**What to work on:**
From the entries below, copy out every line with "Circle" in it.

**Supplied material:**

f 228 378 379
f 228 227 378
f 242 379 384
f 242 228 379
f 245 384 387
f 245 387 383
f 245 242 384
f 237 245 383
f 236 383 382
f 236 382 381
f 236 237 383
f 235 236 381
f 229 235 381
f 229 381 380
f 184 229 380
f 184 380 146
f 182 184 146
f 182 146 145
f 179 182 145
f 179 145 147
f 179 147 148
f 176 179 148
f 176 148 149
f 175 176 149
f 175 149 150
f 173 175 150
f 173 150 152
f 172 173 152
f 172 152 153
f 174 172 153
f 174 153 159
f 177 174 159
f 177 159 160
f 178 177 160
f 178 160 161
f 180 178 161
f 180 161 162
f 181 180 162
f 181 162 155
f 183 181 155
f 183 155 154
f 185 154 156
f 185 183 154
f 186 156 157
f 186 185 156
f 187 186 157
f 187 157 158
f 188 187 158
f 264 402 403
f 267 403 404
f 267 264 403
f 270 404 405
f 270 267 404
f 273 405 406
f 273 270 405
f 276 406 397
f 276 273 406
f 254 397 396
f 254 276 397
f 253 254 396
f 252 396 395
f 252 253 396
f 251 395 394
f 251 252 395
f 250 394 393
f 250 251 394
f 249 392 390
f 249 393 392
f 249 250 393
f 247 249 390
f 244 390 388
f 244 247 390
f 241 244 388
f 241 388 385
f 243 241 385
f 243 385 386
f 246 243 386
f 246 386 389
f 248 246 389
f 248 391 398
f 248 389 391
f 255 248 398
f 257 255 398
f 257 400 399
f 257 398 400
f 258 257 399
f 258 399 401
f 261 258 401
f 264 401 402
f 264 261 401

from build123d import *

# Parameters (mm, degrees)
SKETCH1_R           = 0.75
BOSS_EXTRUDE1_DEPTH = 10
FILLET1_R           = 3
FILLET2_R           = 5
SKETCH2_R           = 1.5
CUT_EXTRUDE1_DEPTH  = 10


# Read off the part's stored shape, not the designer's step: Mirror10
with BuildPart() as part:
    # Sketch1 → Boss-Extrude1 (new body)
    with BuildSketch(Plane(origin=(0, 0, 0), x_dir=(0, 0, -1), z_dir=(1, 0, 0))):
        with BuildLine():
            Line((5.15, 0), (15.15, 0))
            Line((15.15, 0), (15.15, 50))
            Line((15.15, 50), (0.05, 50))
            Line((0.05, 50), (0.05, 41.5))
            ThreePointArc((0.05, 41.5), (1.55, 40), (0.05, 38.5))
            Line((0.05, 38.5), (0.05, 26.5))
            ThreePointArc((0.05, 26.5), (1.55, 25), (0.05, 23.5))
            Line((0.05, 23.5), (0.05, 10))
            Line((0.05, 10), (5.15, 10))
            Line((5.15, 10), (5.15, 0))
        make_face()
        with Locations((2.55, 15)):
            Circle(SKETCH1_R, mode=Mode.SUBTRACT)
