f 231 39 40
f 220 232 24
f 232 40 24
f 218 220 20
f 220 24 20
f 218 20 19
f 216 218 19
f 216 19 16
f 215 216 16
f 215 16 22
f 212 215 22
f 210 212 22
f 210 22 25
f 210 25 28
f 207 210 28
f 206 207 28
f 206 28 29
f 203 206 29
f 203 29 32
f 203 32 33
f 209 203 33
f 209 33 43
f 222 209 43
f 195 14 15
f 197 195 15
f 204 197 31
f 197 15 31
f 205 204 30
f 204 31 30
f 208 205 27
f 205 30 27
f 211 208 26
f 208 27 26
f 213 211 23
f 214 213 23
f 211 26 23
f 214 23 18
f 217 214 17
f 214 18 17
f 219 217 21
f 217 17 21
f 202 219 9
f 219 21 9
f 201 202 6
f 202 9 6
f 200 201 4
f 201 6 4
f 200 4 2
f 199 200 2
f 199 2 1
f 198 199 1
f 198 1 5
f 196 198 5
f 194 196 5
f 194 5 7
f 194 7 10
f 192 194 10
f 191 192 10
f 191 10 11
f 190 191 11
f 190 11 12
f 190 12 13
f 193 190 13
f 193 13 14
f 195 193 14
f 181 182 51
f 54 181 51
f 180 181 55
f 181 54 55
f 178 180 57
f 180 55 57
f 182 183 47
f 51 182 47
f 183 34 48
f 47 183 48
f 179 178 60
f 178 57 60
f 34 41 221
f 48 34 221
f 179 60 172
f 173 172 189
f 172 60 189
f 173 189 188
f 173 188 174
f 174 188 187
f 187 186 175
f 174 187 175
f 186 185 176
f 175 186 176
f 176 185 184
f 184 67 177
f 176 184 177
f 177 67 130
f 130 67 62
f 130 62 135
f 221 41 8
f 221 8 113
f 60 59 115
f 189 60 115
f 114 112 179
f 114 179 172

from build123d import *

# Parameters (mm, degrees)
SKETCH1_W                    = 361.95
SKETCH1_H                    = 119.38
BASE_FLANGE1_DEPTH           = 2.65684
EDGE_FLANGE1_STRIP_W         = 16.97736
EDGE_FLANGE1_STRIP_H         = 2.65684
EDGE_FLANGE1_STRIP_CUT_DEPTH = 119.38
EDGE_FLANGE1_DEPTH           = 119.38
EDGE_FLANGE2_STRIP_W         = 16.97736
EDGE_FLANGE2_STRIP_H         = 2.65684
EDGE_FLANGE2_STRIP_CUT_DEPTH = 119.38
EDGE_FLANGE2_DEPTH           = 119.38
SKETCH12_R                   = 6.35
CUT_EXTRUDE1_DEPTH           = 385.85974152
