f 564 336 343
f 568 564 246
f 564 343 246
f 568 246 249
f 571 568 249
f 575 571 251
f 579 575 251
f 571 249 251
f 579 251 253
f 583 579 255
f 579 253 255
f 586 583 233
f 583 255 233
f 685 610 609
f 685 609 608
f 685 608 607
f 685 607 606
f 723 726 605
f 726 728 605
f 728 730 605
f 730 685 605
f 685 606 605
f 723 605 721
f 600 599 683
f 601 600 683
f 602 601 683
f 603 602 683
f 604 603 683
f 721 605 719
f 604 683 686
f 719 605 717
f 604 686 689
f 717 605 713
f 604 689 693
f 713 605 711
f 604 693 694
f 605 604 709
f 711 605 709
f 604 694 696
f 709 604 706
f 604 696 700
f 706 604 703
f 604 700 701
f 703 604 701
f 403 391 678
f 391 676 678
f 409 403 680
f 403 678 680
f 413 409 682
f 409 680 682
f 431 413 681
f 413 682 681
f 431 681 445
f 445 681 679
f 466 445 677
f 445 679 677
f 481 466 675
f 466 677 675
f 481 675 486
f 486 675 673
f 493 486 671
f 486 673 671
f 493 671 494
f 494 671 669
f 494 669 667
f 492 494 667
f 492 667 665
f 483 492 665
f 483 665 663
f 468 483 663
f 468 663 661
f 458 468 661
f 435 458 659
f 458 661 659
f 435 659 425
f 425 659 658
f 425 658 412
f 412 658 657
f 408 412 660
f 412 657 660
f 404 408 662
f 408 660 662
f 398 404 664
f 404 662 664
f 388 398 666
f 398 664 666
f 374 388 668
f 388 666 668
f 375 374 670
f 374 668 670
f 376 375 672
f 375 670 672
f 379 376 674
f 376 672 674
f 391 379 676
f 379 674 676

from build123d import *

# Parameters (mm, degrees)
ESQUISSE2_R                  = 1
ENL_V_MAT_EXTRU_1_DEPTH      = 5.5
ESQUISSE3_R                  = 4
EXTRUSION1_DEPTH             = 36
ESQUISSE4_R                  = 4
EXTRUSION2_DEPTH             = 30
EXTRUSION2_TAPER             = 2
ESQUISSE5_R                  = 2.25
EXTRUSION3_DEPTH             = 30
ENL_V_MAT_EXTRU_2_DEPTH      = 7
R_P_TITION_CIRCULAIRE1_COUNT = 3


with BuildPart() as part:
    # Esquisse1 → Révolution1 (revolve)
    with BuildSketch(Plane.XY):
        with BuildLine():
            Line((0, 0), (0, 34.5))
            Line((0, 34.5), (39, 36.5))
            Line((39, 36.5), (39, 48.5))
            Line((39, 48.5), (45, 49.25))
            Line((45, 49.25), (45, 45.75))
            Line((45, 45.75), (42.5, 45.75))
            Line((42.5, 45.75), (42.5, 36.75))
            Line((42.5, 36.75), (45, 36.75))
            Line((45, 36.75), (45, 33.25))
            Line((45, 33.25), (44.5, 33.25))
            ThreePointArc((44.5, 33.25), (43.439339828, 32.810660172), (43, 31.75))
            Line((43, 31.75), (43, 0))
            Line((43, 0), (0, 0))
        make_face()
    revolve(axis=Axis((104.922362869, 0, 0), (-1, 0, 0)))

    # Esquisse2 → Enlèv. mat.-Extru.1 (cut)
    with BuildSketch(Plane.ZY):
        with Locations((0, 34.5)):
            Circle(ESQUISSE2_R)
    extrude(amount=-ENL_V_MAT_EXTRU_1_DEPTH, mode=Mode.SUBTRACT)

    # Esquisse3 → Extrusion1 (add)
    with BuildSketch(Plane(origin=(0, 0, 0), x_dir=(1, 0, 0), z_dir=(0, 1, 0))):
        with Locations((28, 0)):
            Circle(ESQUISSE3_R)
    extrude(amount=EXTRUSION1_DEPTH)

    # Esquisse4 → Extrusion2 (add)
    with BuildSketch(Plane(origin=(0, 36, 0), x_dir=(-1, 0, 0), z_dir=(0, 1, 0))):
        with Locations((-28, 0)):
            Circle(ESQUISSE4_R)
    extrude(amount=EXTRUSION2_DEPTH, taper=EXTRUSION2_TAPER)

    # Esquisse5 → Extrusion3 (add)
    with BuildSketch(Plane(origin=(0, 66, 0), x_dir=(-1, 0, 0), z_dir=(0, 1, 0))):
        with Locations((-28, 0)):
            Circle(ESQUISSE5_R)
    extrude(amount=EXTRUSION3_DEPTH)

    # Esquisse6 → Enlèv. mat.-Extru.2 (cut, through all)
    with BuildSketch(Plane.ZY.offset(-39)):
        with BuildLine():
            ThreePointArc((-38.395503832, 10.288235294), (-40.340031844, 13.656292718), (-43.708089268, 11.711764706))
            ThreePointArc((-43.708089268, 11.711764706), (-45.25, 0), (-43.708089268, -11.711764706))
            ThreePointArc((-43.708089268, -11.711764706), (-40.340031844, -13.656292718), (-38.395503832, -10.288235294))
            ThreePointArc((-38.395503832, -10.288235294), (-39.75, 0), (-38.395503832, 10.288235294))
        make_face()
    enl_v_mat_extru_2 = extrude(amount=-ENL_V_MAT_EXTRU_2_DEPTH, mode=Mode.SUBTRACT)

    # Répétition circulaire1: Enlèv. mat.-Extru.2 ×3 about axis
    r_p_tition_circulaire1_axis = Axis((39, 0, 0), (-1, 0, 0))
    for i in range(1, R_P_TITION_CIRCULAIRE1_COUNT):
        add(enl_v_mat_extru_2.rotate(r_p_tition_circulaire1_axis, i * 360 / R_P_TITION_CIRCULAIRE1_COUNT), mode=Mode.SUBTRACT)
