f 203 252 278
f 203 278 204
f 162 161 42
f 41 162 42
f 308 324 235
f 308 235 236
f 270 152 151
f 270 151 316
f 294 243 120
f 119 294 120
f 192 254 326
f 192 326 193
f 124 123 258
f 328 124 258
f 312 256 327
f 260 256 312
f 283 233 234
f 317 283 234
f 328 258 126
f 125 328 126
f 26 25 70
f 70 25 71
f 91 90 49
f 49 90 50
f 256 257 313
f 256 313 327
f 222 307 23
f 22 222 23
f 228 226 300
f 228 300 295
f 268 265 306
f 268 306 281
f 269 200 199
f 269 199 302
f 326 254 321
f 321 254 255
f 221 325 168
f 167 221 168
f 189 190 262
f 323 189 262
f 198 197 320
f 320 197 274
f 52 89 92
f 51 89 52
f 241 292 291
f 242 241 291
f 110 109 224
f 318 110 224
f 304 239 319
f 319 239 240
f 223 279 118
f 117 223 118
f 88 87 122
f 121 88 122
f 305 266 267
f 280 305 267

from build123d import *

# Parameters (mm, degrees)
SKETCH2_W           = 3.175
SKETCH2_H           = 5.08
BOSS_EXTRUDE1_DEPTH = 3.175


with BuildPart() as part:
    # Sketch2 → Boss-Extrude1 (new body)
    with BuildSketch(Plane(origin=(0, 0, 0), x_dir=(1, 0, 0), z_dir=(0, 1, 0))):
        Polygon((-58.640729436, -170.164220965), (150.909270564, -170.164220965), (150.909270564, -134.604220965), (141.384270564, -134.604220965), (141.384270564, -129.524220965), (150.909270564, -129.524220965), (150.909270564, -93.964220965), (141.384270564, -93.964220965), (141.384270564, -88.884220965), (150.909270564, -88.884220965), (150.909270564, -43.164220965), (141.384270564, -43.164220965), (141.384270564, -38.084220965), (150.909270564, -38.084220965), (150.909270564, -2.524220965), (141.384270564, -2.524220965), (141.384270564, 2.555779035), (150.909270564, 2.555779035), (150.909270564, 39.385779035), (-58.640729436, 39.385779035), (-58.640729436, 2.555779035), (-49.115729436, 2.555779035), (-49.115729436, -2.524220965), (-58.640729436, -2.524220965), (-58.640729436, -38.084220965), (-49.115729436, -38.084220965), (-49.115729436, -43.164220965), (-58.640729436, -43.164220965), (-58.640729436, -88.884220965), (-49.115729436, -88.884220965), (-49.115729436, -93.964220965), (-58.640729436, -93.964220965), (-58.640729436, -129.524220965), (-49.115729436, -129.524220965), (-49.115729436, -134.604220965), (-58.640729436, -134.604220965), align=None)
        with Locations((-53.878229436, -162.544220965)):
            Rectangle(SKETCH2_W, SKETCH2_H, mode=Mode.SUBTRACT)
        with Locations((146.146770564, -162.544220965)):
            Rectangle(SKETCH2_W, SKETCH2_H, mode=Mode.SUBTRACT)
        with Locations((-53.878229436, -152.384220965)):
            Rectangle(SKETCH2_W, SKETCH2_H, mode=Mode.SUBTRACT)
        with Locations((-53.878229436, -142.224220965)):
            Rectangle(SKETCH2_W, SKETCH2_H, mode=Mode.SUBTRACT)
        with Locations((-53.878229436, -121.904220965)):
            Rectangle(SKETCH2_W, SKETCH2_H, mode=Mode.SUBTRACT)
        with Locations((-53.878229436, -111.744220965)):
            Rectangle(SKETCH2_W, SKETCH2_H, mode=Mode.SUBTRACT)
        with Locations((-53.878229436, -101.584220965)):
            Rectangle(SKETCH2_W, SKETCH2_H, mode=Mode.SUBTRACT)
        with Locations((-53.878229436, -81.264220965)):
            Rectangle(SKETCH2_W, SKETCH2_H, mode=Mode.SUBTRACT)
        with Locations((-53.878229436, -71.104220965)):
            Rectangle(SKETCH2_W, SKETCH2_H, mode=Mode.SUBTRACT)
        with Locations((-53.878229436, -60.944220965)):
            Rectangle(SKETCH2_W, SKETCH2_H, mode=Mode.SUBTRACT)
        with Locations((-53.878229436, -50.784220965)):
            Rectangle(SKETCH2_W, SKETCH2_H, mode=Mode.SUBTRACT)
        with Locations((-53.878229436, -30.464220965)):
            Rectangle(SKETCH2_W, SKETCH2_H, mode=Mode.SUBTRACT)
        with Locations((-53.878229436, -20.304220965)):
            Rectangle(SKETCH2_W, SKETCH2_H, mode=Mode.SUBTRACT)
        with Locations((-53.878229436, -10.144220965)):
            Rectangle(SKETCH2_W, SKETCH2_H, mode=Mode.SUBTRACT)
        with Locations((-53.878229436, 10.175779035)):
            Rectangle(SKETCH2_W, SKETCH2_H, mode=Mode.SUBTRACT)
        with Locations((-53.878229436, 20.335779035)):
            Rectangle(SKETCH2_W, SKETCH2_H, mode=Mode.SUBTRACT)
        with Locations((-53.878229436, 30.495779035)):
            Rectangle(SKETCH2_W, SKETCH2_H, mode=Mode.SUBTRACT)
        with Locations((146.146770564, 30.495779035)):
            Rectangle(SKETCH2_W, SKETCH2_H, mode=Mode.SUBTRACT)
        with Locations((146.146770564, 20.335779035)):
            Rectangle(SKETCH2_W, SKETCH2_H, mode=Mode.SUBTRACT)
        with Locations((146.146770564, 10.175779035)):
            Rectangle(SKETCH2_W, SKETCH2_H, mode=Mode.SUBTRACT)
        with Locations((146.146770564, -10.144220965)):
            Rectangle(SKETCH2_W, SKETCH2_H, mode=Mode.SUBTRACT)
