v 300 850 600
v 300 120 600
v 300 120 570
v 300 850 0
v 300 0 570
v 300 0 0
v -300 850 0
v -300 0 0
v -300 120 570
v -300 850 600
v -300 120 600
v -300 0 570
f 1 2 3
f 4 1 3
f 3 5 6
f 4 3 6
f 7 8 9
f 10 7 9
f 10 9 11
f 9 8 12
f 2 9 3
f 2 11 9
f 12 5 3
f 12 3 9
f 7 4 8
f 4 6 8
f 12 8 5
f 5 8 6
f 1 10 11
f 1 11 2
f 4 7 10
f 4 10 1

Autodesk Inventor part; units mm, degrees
ref_plane "YZ Plane" through (0, 0, 0) normal (1, 0, 0) x (0, 1, 0)
ref_plane "XZ Plane" through (0, 0, 0) normal (0, 1, 0) x (-1, 0, 0)
ref_plane "XY Plane" through (0, 0, 0) normal (0, 0, 1) x (1, 0, 0)
sketch "Sketch1" plane through (0, 0, 0) normal (0, 1, 0) x (1, 0, 0)
  line L0 (300, 0) -> (-300, 0)
  line L1 (-300, 0) -> (-300, -600)
  line L2 (-300, -600) -> (300, -600)
  line L3 (300, -600) -> (300, 0)
  point P0 (0, 0)
  point P1 (0, 0)
  dimension "d0" = 600
  dimension "d1" = 600
extrude "Extrusion1" add sketch "Sketch1" along normal blind 850
sketch "Sketch2" plane through (-300, 0, 600) normal (0, 0, 1) x (-1, 0, 0)
  line L0 (-600, 0) -> (-600, -850) projected
  line L1 (0, 0) -> (0, -850) projected
  line L2 (-600, 0) -> (0, 0)
  line L3 (0, 0) -> (0, -120)
  line L4 (0, -120) -> (-600, -120)
  line L5 (-600, -120) -> (-600, 0)
  point P0 (-300, 0)
  dimension "d4" = 120
extrude "Extrusion2" cut sketch "Sketch2" against normal blind 30
properties part number "Mobile cottura"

**Answer to the exercise:**
            Circle(SKETCH1_R, mode=Mode.SUBTRACT)
            Circle(ESQUISSE2_R)
            Circle(ESQUISSE3_R)
            Circle(ESQUISSE4_R)
            Circle(ESQUISSE5_R)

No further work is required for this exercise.